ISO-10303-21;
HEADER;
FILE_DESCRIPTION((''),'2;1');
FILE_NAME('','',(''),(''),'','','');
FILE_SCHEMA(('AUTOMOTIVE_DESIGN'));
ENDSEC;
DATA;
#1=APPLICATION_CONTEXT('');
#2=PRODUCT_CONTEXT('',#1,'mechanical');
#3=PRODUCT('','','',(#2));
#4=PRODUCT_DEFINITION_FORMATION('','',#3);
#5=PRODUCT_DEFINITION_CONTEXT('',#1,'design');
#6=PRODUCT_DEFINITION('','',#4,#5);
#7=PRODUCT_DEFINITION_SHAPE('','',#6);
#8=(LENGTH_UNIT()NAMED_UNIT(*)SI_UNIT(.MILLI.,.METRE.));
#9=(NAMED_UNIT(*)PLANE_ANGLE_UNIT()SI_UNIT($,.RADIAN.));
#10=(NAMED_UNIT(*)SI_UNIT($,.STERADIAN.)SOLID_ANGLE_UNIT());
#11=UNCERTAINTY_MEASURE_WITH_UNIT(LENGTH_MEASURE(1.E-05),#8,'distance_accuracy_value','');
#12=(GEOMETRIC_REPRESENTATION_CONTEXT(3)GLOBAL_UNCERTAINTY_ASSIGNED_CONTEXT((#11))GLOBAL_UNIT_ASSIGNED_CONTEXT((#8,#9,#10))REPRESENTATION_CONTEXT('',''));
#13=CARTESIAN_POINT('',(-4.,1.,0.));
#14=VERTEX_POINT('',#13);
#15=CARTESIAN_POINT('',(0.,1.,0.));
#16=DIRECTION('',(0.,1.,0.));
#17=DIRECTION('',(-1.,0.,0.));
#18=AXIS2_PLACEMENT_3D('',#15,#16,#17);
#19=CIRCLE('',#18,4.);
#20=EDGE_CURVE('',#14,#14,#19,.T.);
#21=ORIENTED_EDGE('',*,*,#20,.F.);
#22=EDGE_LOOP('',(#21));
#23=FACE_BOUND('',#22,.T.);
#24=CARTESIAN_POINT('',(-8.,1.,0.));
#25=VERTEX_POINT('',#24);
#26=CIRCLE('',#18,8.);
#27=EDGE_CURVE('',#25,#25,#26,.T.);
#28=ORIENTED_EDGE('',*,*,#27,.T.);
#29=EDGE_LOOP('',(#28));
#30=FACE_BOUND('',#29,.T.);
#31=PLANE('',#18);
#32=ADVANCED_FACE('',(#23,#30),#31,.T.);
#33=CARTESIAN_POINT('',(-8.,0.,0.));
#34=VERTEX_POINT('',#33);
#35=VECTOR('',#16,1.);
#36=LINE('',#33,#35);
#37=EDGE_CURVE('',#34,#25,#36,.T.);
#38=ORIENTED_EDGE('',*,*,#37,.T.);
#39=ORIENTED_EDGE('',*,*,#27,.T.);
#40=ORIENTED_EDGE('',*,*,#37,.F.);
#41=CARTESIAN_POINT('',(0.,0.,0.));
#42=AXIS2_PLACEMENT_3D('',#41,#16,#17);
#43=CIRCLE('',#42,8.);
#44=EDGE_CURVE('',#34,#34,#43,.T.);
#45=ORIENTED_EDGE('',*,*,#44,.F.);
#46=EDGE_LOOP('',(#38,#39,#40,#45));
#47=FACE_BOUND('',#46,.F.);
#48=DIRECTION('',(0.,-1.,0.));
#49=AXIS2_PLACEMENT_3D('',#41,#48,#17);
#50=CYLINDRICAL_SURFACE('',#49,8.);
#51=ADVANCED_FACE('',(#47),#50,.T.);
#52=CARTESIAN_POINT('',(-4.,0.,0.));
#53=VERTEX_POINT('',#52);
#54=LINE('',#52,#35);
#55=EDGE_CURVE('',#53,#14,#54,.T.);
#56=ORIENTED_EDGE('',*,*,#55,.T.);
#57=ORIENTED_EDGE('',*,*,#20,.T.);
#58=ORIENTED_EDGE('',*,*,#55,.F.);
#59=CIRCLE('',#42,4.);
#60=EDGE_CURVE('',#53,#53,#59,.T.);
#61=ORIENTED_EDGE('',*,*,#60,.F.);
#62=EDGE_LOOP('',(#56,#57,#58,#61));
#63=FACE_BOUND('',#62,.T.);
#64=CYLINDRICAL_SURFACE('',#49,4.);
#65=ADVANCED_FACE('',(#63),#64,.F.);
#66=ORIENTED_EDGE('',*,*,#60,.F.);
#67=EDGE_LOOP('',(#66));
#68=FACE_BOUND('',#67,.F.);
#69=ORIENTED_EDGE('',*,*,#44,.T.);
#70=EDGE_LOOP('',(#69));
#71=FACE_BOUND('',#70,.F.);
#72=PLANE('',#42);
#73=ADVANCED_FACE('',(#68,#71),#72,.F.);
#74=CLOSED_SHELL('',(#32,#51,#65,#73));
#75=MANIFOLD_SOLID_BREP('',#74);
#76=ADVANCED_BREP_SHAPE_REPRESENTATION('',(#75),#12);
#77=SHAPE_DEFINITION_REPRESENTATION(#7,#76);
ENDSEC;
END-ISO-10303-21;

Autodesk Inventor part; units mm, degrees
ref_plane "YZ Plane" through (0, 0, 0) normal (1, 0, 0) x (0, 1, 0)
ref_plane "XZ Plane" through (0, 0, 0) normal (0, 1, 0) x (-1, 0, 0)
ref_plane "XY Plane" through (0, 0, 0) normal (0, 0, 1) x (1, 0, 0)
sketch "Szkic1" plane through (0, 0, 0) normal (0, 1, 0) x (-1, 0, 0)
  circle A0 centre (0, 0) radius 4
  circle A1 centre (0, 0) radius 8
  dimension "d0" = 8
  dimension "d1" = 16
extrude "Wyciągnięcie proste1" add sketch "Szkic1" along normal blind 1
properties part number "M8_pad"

> [AIM OF THE EXERCISE] Could you set down, word for word, only the lines above from the line with "#27=EDGE_CURVE('',#25,#25,#26,.T.);" to the line with "#40=ORIENTED_EDGE('',*,*,#37,.F.);", including both?

> [RESULT OF THE EXERCISE]
#27=EDGE_CURVE('',#25,#25,#26,.T.);
#28=ORIENTED_EDGE('',*,*,#27,.T.);
#29=EDGE_LOOP('',(#28));
#30=FACE_BOUND('',#29,.T.);
#31=PLANE('',#18);
#32=ADVANCED_FACE('',(#23,#30),#31,.T.);
#33=CARTESIAN_POINT('',(-8.,0.,0.));
#34=VERTEX_POINT('',#33);
#35=VECTOR('',#16,1.);
#36=LINE('',#33,#35);
#37=EDGE_CURVE('',#34,#25,#36,.T.);
#38=ORIENTED_EDGE('',*,*,#37,.T.);
#39=ORIENTED_EDGE('',*,*,#27,.T.);
#40=ORIENTED_EDGE('',*,*,#37,.F.);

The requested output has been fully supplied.